Below are the records. Retype exactly the lines between the lines holding "e41 v28 v29 LINE" and "e68 v35 v48 LINE", inclusive.

- _PROVIDED MATERIAL_
----------------------------------------
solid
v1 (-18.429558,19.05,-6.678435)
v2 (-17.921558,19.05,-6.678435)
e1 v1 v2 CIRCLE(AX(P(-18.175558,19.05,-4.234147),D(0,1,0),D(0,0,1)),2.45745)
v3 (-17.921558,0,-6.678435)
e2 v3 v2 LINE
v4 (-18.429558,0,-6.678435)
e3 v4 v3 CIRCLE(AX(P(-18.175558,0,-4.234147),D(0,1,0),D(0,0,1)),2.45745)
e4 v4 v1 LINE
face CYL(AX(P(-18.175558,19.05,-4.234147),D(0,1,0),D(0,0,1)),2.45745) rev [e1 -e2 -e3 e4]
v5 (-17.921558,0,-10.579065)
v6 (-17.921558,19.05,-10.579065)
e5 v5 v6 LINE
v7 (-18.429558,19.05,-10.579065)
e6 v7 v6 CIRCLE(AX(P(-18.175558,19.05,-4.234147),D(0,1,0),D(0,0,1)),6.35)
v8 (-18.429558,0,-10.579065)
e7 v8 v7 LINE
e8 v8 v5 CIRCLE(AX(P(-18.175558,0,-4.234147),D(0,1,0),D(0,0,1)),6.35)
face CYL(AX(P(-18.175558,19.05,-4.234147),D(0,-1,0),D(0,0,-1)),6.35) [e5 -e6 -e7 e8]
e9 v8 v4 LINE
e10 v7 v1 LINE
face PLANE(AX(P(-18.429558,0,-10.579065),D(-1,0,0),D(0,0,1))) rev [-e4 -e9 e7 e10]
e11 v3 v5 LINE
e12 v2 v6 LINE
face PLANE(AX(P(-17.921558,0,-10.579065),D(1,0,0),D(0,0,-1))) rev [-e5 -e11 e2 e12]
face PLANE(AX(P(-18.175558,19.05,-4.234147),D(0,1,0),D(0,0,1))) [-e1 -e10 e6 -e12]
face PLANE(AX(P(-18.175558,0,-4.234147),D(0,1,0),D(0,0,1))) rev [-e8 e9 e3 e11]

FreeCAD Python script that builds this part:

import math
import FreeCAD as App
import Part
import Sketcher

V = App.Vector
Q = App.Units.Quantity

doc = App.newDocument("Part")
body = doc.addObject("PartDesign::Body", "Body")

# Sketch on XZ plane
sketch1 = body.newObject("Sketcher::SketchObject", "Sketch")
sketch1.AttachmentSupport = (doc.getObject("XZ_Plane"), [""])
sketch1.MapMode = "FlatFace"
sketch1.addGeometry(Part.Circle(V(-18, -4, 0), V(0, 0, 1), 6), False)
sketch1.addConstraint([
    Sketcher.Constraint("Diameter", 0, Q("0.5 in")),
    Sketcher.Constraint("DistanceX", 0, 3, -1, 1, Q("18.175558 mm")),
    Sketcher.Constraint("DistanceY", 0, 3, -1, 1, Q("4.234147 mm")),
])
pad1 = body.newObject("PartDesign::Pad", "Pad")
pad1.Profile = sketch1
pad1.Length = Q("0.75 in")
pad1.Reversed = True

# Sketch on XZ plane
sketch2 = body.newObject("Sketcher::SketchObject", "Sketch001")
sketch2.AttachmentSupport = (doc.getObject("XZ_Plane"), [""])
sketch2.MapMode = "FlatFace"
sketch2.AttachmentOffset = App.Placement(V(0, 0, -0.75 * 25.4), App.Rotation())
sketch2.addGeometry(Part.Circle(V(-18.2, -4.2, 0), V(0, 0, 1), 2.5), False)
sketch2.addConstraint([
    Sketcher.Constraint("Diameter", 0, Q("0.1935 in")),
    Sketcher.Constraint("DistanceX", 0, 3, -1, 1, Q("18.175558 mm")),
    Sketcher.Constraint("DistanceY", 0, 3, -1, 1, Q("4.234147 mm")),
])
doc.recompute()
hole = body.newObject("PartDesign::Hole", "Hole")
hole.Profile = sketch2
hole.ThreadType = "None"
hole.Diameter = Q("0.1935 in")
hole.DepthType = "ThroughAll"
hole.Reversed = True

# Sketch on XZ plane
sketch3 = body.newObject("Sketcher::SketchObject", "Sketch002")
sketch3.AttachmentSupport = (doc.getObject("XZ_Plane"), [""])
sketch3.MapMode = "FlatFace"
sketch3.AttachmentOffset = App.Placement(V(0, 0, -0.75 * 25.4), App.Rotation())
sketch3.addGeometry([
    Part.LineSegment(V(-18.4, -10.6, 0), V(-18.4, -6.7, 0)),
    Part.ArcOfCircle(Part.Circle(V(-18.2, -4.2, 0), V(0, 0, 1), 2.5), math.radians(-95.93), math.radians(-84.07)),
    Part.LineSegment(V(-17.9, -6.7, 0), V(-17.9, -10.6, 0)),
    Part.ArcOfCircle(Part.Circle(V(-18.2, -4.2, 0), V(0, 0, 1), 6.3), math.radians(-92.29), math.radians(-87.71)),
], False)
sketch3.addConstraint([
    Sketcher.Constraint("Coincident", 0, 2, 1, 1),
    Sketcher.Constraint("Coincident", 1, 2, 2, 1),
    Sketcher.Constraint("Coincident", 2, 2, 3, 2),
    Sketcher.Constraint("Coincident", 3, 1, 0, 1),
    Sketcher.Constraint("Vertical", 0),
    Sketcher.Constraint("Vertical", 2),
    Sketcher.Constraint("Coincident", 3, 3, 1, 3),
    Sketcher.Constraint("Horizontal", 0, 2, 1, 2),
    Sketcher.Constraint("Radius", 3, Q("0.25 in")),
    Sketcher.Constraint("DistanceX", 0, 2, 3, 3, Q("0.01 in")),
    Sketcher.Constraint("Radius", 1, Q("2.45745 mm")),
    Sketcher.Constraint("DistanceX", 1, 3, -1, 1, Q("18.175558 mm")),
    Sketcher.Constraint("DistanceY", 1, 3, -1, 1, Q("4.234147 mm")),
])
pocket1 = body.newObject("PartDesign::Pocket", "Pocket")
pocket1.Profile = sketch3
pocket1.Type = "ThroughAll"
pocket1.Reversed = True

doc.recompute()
----------------------------------------
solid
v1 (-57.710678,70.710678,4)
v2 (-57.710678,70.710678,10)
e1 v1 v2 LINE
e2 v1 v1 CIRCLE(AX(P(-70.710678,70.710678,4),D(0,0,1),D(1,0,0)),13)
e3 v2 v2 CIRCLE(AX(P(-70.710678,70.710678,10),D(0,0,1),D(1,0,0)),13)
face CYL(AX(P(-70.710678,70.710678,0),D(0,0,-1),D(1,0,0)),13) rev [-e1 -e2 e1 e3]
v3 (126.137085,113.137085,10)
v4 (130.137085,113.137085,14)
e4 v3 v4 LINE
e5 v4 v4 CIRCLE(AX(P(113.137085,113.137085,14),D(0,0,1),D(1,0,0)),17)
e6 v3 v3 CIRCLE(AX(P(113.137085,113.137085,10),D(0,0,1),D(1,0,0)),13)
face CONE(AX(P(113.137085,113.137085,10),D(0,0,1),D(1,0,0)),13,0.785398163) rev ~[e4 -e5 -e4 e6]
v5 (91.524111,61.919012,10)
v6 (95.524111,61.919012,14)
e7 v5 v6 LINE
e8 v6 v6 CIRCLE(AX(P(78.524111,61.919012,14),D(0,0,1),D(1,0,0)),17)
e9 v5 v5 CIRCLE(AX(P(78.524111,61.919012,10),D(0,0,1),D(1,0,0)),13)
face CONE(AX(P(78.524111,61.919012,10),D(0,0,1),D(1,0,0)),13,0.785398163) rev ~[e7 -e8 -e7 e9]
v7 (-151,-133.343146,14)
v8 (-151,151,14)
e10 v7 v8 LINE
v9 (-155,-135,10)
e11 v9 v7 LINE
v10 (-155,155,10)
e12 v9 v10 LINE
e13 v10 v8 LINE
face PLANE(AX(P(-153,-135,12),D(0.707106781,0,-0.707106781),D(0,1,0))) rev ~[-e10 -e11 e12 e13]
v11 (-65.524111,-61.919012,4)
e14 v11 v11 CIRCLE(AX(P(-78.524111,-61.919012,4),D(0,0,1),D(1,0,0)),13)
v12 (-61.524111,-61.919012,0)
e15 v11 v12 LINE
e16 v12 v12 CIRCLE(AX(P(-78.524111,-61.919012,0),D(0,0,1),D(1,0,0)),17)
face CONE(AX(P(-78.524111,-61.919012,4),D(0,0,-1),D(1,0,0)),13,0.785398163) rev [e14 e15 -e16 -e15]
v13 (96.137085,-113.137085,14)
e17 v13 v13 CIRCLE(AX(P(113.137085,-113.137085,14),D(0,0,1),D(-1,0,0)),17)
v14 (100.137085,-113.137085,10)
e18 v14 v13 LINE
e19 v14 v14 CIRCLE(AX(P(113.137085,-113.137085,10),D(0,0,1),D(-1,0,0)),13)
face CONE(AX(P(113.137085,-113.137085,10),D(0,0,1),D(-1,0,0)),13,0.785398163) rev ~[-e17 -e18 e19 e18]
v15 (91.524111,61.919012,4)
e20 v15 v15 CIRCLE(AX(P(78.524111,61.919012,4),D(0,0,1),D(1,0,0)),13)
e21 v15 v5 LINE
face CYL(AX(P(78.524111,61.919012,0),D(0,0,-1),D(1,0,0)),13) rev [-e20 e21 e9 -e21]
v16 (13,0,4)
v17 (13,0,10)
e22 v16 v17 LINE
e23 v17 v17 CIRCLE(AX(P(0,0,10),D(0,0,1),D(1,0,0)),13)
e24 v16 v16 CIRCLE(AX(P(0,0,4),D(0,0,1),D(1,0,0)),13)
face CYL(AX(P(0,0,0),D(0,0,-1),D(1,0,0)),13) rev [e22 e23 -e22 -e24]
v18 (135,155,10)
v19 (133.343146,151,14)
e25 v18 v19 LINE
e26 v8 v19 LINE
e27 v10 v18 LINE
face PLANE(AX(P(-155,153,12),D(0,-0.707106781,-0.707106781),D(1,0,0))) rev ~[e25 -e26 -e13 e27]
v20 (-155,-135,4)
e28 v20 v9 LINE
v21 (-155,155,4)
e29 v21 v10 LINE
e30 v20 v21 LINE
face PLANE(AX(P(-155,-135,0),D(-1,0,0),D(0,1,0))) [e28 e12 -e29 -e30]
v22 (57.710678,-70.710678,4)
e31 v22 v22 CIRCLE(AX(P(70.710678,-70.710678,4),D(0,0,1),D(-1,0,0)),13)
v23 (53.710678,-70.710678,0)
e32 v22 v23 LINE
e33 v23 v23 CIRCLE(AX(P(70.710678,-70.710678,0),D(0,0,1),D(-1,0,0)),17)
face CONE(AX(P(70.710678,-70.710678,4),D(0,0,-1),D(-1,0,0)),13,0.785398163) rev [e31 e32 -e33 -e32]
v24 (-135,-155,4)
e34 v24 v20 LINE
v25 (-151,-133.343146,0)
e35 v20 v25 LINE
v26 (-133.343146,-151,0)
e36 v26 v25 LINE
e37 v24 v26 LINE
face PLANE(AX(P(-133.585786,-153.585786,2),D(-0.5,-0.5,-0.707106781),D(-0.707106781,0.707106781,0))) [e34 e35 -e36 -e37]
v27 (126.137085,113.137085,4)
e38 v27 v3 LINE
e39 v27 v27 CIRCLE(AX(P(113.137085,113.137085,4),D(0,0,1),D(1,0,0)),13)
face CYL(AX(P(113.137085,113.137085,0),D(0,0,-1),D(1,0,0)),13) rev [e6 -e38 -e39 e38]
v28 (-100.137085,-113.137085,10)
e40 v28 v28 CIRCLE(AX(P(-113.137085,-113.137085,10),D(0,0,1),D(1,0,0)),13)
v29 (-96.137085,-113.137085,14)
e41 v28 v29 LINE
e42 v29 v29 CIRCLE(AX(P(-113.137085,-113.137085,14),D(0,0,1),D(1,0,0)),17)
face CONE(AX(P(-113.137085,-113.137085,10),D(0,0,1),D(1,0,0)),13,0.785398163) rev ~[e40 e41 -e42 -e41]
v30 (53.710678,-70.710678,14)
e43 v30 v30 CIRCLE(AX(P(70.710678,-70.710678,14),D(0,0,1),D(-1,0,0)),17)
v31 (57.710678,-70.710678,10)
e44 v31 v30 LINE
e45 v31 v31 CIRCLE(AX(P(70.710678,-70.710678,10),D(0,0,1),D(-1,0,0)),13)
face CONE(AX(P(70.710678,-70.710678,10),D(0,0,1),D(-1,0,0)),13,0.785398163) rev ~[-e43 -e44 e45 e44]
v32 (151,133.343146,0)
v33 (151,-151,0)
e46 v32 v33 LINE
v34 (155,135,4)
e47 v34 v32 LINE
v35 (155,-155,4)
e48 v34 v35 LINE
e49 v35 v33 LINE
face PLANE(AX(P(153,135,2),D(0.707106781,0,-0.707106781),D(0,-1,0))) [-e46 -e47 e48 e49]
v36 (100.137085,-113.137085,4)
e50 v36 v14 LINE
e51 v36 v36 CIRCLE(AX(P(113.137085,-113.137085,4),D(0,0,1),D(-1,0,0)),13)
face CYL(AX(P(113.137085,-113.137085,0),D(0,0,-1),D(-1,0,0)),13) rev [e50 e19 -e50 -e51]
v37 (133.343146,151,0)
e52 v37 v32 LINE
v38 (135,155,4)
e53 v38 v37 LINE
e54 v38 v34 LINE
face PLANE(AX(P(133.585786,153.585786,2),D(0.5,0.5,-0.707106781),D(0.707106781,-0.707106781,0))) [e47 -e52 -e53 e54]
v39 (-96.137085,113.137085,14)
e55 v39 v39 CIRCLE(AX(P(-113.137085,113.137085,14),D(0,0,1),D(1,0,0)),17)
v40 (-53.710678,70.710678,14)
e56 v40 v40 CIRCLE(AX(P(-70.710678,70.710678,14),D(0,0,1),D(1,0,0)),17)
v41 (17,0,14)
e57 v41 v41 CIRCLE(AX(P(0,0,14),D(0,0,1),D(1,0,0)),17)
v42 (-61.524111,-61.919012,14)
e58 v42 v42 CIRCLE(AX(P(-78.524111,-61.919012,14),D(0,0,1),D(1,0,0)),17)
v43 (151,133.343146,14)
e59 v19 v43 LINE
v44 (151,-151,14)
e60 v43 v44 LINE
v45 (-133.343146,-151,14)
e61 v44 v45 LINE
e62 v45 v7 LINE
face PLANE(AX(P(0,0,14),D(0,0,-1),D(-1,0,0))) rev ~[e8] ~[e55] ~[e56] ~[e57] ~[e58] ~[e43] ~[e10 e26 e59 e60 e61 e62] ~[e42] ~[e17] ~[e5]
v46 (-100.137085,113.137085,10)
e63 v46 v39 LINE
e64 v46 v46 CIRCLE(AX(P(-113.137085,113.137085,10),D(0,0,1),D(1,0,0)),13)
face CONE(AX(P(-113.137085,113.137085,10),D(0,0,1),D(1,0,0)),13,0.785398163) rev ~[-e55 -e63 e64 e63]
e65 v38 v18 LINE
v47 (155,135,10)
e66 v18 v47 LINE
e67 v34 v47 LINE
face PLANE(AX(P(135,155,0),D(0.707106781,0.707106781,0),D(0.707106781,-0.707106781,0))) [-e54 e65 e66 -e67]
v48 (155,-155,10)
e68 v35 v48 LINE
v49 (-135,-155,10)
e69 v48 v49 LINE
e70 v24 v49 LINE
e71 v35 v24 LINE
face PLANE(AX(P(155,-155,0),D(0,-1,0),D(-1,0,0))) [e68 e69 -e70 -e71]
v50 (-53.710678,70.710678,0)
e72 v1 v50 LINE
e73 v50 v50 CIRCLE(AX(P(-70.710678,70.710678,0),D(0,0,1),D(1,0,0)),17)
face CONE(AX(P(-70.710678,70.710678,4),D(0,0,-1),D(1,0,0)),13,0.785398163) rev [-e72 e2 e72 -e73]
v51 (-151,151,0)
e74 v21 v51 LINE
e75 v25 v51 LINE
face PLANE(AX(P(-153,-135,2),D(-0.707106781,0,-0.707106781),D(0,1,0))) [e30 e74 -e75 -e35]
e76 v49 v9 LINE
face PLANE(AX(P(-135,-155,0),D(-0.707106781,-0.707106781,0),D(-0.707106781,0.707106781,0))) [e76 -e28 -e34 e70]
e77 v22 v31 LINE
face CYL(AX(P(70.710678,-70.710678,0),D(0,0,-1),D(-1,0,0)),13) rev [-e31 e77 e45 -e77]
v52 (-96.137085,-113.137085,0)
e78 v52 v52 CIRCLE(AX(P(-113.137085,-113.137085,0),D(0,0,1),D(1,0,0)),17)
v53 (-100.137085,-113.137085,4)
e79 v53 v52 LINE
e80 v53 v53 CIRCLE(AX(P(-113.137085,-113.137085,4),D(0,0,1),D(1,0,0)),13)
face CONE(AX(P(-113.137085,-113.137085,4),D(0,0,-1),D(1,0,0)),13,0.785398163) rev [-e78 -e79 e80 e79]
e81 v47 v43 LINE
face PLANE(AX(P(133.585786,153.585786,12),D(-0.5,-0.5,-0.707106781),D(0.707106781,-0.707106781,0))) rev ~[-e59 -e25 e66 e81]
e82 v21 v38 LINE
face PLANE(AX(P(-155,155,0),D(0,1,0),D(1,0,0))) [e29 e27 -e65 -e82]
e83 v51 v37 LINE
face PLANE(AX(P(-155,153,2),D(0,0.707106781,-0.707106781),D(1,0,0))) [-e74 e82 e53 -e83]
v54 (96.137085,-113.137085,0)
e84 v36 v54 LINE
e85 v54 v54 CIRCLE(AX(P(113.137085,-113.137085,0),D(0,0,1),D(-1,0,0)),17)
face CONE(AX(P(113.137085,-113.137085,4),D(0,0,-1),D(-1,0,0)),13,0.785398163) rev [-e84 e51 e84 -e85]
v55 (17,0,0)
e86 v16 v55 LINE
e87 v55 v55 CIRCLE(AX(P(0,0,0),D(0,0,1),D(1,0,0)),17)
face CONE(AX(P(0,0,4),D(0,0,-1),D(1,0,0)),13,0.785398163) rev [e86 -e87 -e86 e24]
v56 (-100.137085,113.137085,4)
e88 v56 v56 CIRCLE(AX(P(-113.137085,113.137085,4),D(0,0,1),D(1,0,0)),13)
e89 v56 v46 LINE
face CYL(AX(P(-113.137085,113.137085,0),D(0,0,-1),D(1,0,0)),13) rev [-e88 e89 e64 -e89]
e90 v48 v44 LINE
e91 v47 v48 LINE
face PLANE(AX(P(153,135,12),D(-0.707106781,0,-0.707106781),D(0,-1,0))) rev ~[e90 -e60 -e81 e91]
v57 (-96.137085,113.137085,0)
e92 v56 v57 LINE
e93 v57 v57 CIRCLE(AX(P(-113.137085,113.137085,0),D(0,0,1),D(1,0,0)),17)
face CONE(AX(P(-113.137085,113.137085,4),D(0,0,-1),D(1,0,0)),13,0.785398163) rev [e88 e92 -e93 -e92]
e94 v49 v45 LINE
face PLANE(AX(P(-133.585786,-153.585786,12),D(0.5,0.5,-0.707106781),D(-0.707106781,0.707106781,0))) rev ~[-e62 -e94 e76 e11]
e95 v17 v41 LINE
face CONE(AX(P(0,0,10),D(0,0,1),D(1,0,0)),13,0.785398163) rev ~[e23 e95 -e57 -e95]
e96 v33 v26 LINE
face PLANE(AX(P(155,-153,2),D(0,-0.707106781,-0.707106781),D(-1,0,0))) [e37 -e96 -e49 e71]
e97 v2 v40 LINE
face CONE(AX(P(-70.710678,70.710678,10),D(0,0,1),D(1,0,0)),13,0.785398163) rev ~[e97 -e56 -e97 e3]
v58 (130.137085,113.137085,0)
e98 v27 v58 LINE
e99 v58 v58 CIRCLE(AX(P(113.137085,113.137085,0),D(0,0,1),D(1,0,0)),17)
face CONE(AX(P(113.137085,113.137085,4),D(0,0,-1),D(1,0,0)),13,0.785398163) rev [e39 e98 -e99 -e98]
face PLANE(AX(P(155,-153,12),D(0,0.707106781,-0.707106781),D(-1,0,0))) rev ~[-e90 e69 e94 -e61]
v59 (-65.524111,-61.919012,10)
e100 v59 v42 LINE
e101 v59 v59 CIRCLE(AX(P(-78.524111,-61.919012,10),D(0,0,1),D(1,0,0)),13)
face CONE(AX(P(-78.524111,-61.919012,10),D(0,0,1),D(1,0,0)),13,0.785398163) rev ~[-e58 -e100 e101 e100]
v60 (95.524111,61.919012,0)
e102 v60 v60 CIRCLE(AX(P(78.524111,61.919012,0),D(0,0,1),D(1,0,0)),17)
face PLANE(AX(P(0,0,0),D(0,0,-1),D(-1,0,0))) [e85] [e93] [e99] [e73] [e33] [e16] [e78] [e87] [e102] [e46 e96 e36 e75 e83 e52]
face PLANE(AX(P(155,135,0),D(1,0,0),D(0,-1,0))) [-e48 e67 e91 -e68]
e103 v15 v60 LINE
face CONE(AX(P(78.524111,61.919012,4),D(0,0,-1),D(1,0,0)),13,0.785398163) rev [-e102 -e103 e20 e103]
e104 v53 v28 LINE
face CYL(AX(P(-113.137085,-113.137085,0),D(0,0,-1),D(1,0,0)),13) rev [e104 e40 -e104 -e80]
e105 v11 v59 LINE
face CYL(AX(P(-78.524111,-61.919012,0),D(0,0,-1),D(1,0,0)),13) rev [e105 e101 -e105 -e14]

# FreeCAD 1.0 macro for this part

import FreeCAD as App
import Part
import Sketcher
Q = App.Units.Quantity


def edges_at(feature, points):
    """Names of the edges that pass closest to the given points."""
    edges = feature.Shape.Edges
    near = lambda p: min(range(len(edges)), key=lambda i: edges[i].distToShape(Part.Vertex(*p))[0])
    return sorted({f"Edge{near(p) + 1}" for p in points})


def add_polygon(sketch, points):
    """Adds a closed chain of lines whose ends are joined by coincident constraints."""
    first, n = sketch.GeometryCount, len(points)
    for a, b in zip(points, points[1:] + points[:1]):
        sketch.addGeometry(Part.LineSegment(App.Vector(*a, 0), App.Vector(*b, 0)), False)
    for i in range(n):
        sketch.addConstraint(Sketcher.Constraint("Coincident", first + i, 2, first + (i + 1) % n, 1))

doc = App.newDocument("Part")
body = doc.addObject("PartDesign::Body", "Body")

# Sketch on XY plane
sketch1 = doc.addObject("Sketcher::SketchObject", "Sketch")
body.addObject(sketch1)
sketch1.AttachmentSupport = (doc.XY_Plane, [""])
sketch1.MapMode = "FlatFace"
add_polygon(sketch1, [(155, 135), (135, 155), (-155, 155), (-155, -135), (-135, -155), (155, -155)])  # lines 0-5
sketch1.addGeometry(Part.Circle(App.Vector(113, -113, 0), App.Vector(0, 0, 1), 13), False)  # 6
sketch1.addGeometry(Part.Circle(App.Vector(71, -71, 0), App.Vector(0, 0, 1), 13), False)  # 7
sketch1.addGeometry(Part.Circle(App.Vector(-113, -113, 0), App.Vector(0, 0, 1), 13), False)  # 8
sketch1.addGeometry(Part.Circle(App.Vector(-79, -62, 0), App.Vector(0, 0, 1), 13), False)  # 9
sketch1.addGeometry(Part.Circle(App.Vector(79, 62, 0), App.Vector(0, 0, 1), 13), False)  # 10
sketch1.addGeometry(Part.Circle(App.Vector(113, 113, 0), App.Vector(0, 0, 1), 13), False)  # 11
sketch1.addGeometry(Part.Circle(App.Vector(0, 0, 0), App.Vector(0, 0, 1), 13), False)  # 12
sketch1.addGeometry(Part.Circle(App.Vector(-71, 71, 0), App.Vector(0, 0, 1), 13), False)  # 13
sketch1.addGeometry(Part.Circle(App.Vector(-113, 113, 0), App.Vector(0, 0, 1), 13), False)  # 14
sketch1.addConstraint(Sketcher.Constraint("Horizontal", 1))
----------------------------------------
- _RESULT FOR THIS TASK_
e41 v28 v29 LINE
e42 v29 v29 CIRCLE(AX(P(-113.137085,-113.137085,14),D(0,0,1),D(1,0,0)),17)
face CONE(AX(P(-113.137085,-113.137085,10),D(0,0,1),D(1,0,0)),13,0.785398163) rev ~[e40 e41 -e42 -e41]
v30 (53.710678,-70.710678,14)
e43 v30 v30 CIRCLE(AX(P(70.710678,-70.710678,14),D(0,0,1),D(-1,0,0)),17)
v31 (57.710678,-70.710678,10)
e44 v31 v30 LINE
e45 v31 v31 CIRCLE(AX(P(70.710678,-70.710678,10),D(0,0,1),D(-1,0,0)),13)
face CONE(AX(P(70.710678,-70.710678,10),D(0,0,1),D(-1,0,0)),13,0.785398163) rev ~[-e43 -e44 e45 e44]
v32 (151,133.343146,0)
v33 (151,-151,0)
e46 v32 v33 LINE
v34 (155,135,4)
e47 v34 v32 LINE
v35 (155,-155,4)
e48 v34 v35 LINE
e49 v35 v33 LINE
face PLANE(AX(P(153,135,2),D(0.707106781,0,-0.707106781),D(0,-1,0))) [-e46 -e47 e48 e49]
v36 (100.137085,-113.137085,4)
e50 v36 v14 LINE
e51 v36 v36 CIRCLE(AX(P(113.137085,-113.137085,4),D(0,0,1),D(-1,0,0)),13)
face CYL(AX(P(113.137085,-113.137085,0),D(0,0,-1),D(-1,0,0)),13) rev [e50 e19 -e50 -e51]
v37 (133.343146,151,0)
e52 v37 v32 LINE
v38 (135,155,4)
e53 v38 v37 LINE
e54 v38 v34 LINE
face PLANE(AX(P(133.585786,153.585786,2),D(0.5,0.5,-0.707106781),D(0.707106781,-0.707106781,0))) [e47 -e52 -e53 e54]
v39 (-96.137085,113.137085,14)
e55 v39 v39 CIRCLE(AX(P(-113.137085,113.137085,14),D(0,0,1),D(1,0,0)),17)
v40 (-53.710678,70.710678,14)
e56 v40 v40 CIRCLE(AX(P(-70.710678,70.710678,14),D(0,0,1),D(1,0,0)),17)
v41 (17,0,14)
e57 v41 v41 CIRCLE(AX(P(0,0,14),D(0,0,1),D(1,0,0)),17)
v42 (-61.524111,-61.919012,14)
e58 v42 v42 CIRCLE(AX(P(-78.524111,-61.919012,14),D(0,0,1),D(1,0,0)),17)
v43 (151,133.343146,14)
e59 v19 v43 LINE
v44 (151,-151,14)
e60 v43 v44 LINE
v45 (-133.343146,-151,14)
e61 v44 v45 LINE
e62 v45 v7 LINE
face PLANE(AX(P(0,0,14),D(0,0,-1),D(-1,0,0))) rev ~[e8] ~[e55] ~[e56] ~[e57] ~[e58] ~[e43] ~[e10 e26 e59 e60 e61 e62] ~[e42] ~[e17] ~[e5]
v46 (-100.137085,113.137085,10)
e63 v46 v39 LINE
e64 v46 v46 CIRCLE(AX(P(-113.137085,113.137085,10),D(0,0,1),D(1,0,0)),13)
face CONE(AX(P(-113.137085,113.137085,10),D(0,0,1),D(1,0,0)),13,0.785398163) rev ~[-e55 -e63 e64 e63]
e65 v38 v18 LINE
v47 (155,135,10)
e66 v18 v47 LINE
e67 v34 v47 LINE
face PLANE(AX(P(135,155,0),D(0.707106781,0.707106781,0),D(0.707106781,-0.707106781,0))) [-e54 e65 e66 -e67]
v48 (155,-155,10)
e68 v35 v48 LINE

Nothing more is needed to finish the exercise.